Dataset entries
☆ ☆ ☆
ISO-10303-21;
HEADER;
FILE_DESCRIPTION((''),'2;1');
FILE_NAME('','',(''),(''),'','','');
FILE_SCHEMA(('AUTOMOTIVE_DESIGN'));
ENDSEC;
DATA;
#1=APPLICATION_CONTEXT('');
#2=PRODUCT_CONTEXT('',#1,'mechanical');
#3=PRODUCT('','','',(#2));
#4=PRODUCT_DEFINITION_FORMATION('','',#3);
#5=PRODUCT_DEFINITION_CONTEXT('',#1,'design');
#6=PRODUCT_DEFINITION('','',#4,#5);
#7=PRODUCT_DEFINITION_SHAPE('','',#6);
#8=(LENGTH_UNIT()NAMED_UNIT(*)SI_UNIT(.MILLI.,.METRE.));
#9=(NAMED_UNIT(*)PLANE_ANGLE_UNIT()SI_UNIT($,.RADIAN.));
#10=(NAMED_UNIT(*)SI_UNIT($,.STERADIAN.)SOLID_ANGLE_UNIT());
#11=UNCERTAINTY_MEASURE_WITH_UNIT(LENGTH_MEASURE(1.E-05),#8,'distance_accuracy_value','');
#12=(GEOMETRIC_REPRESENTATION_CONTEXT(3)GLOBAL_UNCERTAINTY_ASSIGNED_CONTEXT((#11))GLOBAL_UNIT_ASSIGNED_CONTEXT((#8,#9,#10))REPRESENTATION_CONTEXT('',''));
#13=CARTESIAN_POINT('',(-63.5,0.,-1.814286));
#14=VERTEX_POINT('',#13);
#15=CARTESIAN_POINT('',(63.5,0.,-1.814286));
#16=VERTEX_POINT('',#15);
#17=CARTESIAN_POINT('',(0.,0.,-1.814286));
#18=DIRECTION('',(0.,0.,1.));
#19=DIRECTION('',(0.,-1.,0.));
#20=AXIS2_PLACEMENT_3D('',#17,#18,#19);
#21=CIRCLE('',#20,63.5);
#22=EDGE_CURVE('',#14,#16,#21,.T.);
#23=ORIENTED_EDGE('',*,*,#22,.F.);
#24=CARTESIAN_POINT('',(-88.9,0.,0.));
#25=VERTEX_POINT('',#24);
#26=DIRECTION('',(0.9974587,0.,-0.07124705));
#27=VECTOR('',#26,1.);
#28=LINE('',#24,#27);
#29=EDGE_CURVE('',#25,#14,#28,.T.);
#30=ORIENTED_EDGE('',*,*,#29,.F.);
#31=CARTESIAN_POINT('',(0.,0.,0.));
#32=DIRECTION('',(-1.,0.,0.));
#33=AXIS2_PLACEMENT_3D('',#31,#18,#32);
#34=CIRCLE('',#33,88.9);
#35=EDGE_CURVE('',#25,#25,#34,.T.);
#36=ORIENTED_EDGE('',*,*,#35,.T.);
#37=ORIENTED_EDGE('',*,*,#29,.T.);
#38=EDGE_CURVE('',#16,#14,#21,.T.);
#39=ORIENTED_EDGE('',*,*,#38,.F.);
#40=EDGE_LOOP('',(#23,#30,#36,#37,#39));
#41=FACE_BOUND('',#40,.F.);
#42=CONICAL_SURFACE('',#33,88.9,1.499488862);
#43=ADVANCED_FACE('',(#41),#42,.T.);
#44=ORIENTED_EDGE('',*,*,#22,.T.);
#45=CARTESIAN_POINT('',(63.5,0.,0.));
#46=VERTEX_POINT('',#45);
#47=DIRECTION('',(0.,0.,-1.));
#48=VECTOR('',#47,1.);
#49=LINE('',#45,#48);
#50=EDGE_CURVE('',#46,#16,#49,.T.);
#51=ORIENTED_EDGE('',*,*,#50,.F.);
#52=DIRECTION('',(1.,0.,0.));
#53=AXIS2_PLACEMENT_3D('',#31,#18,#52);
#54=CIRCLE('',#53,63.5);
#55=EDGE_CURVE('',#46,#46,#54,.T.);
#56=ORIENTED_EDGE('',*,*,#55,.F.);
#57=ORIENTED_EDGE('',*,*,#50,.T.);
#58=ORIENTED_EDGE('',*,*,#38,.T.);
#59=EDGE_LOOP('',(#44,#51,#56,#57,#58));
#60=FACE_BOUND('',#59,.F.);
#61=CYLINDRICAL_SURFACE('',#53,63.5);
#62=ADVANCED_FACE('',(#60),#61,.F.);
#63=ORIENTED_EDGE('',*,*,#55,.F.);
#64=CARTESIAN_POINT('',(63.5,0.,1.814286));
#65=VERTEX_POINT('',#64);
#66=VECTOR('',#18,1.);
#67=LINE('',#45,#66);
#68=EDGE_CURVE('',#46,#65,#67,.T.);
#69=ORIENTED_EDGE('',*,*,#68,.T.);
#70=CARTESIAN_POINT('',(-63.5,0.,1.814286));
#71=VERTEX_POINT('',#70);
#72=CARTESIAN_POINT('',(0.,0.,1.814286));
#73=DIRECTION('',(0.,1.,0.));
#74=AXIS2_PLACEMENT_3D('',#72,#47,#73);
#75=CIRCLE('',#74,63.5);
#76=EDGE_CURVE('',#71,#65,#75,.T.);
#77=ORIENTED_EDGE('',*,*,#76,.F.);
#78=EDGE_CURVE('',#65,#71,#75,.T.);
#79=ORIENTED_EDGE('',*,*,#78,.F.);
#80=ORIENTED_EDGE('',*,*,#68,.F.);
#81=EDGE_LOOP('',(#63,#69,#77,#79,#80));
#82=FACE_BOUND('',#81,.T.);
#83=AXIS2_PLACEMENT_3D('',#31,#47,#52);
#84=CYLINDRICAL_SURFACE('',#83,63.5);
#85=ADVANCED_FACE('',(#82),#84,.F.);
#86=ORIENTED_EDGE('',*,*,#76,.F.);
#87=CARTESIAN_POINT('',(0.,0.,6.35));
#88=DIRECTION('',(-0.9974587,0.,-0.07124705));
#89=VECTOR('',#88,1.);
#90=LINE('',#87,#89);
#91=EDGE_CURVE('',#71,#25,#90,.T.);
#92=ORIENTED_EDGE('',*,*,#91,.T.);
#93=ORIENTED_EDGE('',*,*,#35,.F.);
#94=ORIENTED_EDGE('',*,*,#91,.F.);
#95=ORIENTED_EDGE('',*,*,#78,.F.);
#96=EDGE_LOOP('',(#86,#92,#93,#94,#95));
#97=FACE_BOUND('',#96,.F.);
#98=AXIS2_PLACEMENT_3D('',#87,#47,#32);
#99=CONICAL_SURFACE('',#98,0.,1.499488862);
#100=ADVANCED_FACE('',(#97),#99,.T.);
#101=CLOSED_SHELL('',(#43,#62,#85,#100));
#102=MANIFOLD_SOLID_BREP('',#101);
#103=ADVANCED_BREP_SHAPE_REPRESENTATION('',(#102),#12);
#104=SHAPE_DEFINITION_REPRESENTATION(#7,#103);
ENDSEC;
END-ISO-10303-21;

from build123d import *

# Parameters (mm, degrees)
F0_R          = 63.5
F3_DEPTH      = 33.02
F3_DEPTH_BACK = 49.022


with BuildPart() as f2:
    # F1 (on Front) → F2 (revolve)
    with BuildSketch(Plane.XZ):
        Polygon((0, 6.35), (-88.9, 0), (0, -6.35), align=None)
    revolve(axis=Axis((0, 0, 0), (0, 0, 1)))

    # F0 (on Top) → F3 (cut, two sides)
    with BuildSketch(Plane.XY) as f3_sk:
        Circle(F0_R)
    extrude(amount=-F3_DEPTH, mode=Mode.SUBTRACT)
    extrude(f3_sk.sketch, amount=F3_DEPTH_BACK, mode=Mode.SUBTRACT)


solid = f2.part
☆ ☆ ☆
* _About this exercise_
Repeat the full set of records above character for character.

* _Task solution_
ISO-10303-21;
HEADER;
FILE_DESCRIPTION((''),'2;1');
FILE_NAME('','',(''),(''),'','','');
FILE_SCHEMA(('AUTOMOTIVE_DESIGN'));
ENDSEC;
DATA;
#1=APPLICATION_CONTEXT('');
#2=PRODUCT_CONTEXT('',#1,'mechanical');
#3=PRODUCT('','','',(#2));
#4=PRODUCT_DEFINITION_FORMATION('','',#3);
#5=PRODUCT_DEFINITION_CONTEXT('',#1,'design');
#6=PRODUCT_DEFINITION('','',#4,#5);
#7=PRODUCT_DEFINITION_SHAPE('','',#6);
#8=(LENGTH_UNIT()NAMED_UNIT(*)SI_UNIT(.MILLI.,.METRE.));
#9=(NAMED_UNIT(*)PLANE_ANGLE_UNIT()SI_UNIT($,.RADIAN.));
#10=(NAMED_UNIT(*)SI_UNIT($,.STERADIAN.)SOLID_ANGLE_UNIT());
#11=UNCERTAINTY_MEASURE_WITH_UNIT(LENGTH_MEASURE(1.E-05),#8,'distance_accuracy_value','');
#12=(GEOMETRIC_REPRESENTATION_CONTEXT(3)GLOBAL_UNCERTAINTY_ASSIGNED_CONTEXT((#11))GLOBAL_UNIT_ASSIGNED_CONTEXT((#8,#9,#10))REPRESENTATION_CONTEXT('',''));
#13=CARTESIAN_POINT('',(-63.5,0.,-1.814286));
#14=VERTEX_POINT('',#13);
#15=CARTESIAN_POINT('',(63.5,0.,-1.814286));
#16=VERTEX_POINT('',#15);
#17=CARTESIAN_POINT('',(0.,0.,-1.814286));
#18=DIRECTION('',(0.,0.,1.));
#19=DIRECTION('',(0.,-1.,0.));
#20=AXIS2_PLACEMENT_3D('',#17,#18,#19);
#21=CIRCLE('',#20,63.5);
#22=EDGE_CURVE('',#14,#16,#21,.T.);
#23=ORIENTED_EDGE('',*,*,#22,.F.);
#24=CARTESIAN_POINT('',(-88.9,0.,0.));
#25=VERTEX_POINT('',#24);
#26=DIRECTION('',(0.9974587,0.,-0.07124705));
#27=VECTOR('',#26,1.);
#28=LINE('',#24,#27);
#29=EDGE_CURVE('',#25,#14,#28,.T.);
#30=ORIENTED_EDGE('',*,*,#29,.F.);
#31=CARTESIAN_POINT('',(0.,0.,0.));
#32=DIRECTION('',(-1.,0.,0.));
#33=AXIS2_PLACEMENT_3D('',#31,#18,#32);
#34=CIRCLE('',#33,88.9);
#35=EDGE_CURVE('',#25,#25,#34,.T.);
#36=ORIENTED_EDGE('',*,*,#35,.T.);
#37=ORIENTED_EDGE('',*,*,#29,.T.);
#38=EDGE_CURVE('',#16,#14,#21,.T.);
#39=ORIENTED_EDGE('',*,*,#38,.F.);
#40=EDGE_LOOP('',(#23,#30,#36,#37,#39));
#41=FACE_BOUND('',#40,.F.);
#42=CONICAL_SURFACE('',#33,88.9,1.499488862);
#43=ADVANCED_FACE('',(#41),#42,.T.);
#44=ORIENTED_EDGE('',*,*,#22,.T.);
#45=CARTESIAN_POINT('',(63.5,0.,0.));
#46=VERTEX_POINT('',#45);
#47=DIRECTION('',(0.,0.,-1.));
#48=VECTOR('',#47,1.);
#49=LINE('',#45,#48);
#50=EDGE_CURVE('',#46,#16,#49,.T.);
#51=ORIENTED_EDGE('',*,*,#50,.F.);
#52=DIRECTION('',(1.,0.,0.));
#53=AXIS2_PLACEMENT_3D('',#31,#18,#52);
#54=CIRCLE('',#53,63.5);
#55=EDGE_CURVE('',#46,#46,#54,.T.);
#56=ORIENTED_EDGE('',*,*,#55,.F.);
#57=ORIENTED_EDGE('',*,*,#50,.T.);
#58=ORIENTED_EDGE('',*,*,#38,.T.);
#59=EDGE_LOOP('',(#44,#51,#56,#57,#58));
#60=FACE_BOUND('',#59,.F.);
#61=CYLINDRICAL_SURFACE('',#53,63.5);
#62=ADVANCED_FACE('',(#60),#61,.F.);
#63=ORIENTED_EDGE('',*,*,#55,.F.);
#64=CARTESIAN_POINT('',(63.5,0.,1.814286));
#65=VERTEX_POINT('',#64);
#66=VECTOR('',#18,1.);
#67=LINE('',#45,#66);
#68=EDGE_CURVE('',#46,#65,#67,.T.);
#69=ORIENTED_EDGE('',*,*,#68,.T.);
#70=CARTESIAN_POINT('',(-63.5,0.,1.814286));
#71=VERTEX_POINT('',#70);
#72=CARTESIAN_POINT('',(0.,0.,1.814286));
#73=DIRECTION('',(0.,1.,0.));
#74=AXIS2_PLACEMENT_3D('',#72,#47,#73);
#75=CIRCLE('',#74,63.5);
#76=EDGE_CURVE('',#71,#65,#75,.T.);
#77=ORIENTED_EDGE('',*,*,#76,.F.);
#78=EDGE_CURVE('',#65,#71,#75,.T.);
#79=ORIENTED_EDGE('',*,*,#78,.F.);
#80=ORIENTED_EDGE('',*,*,#68,.F.);
#81=EDGE_LOOP('',(#63,#69,#77,#79,#80));
#82=FACE_BOUND('',#81,.T.);
#83=AXIS2_PLACEMENT_3D('',#31,#47,#52);
#84=CYLINDRICAL_SURFACE('',#83,63.5);
#85=ADVANCED_FACE('',(#82),#84,.F.);
#86=ORIENTED_EDGE('',*,*,#76,.F.);
#87=CARTESIAN_POINT('',(0.,0.,6.35));
#88=DIRECTION('',(-0.9974587,0.,-0.07124705));
#89=VECTOR('',#88,1.);
#90=LINE('',#87,#89);
#91=EDGE_CURVE('',#71,#25,#90,.T.);
#92=ORIENTED_EDGE('',*,*,#91,.T.);
#93=ORIENTED_EDGE('',*,*,#35,.F.);
#94=ORIENTED_EDGE('',*,*,#91,.F.);
#95=ORIENTED_EDGE('',*,*,#78,.F.);
#96=EDGE_LOOP('',(#86,#92,#93,#94,#95));
#97=FACE_BOUND('',#96,.F.);
#98=AXIS2_PLACEMENT_3D('',#87,#47,#32);
#99=CONICAL_SURFACE('',#98,0.,1.499488862);
#100=ADVANCED_FACE('',(#97),#99,.T.);
#101=CLOSED_SHELL('',(#43,#62,#85,#100));
#102=MANIFOLD_SOLID_BREP('',#101);
#103=ADVANCED_BREP_SHAPE_REPRESENTATION('',(#102),#12);
#104=SHAPE_DEFINITION_REPRESENTATION(#7,#103);
ENDSEC;
END-ISO-10303-21;

from build123d import *

# Parameters (mm, degrees)
F0_R          = 63.5
F3_DEPTH      = 33.02
F3_DEPTH_BACK = 49.022


with BuildPart() as f2:
    # F1 (on Front) → F2 (revolve)
    with BuildSketch(Plane.XZ):
        Polygon((0, 6.35), (-88.9, 0), (0, -6.35), align=None)
    revolve(axis=Axis((0, 0, 0), (0, 0, 1)))

    # F0 (on Top) → F3 (cut, two sides)
    with BuildSketch(Plane.XY) as f3_sk:
        Circle(F0_R)
    extrude(amount=-F3_DEPTH, mode=Mode.SUBTRACT)
    extrude(f3_sk.sketch, amount=F3_DEPTH_BACK, mode=Mode.SUBTRACT)


solid = f2.part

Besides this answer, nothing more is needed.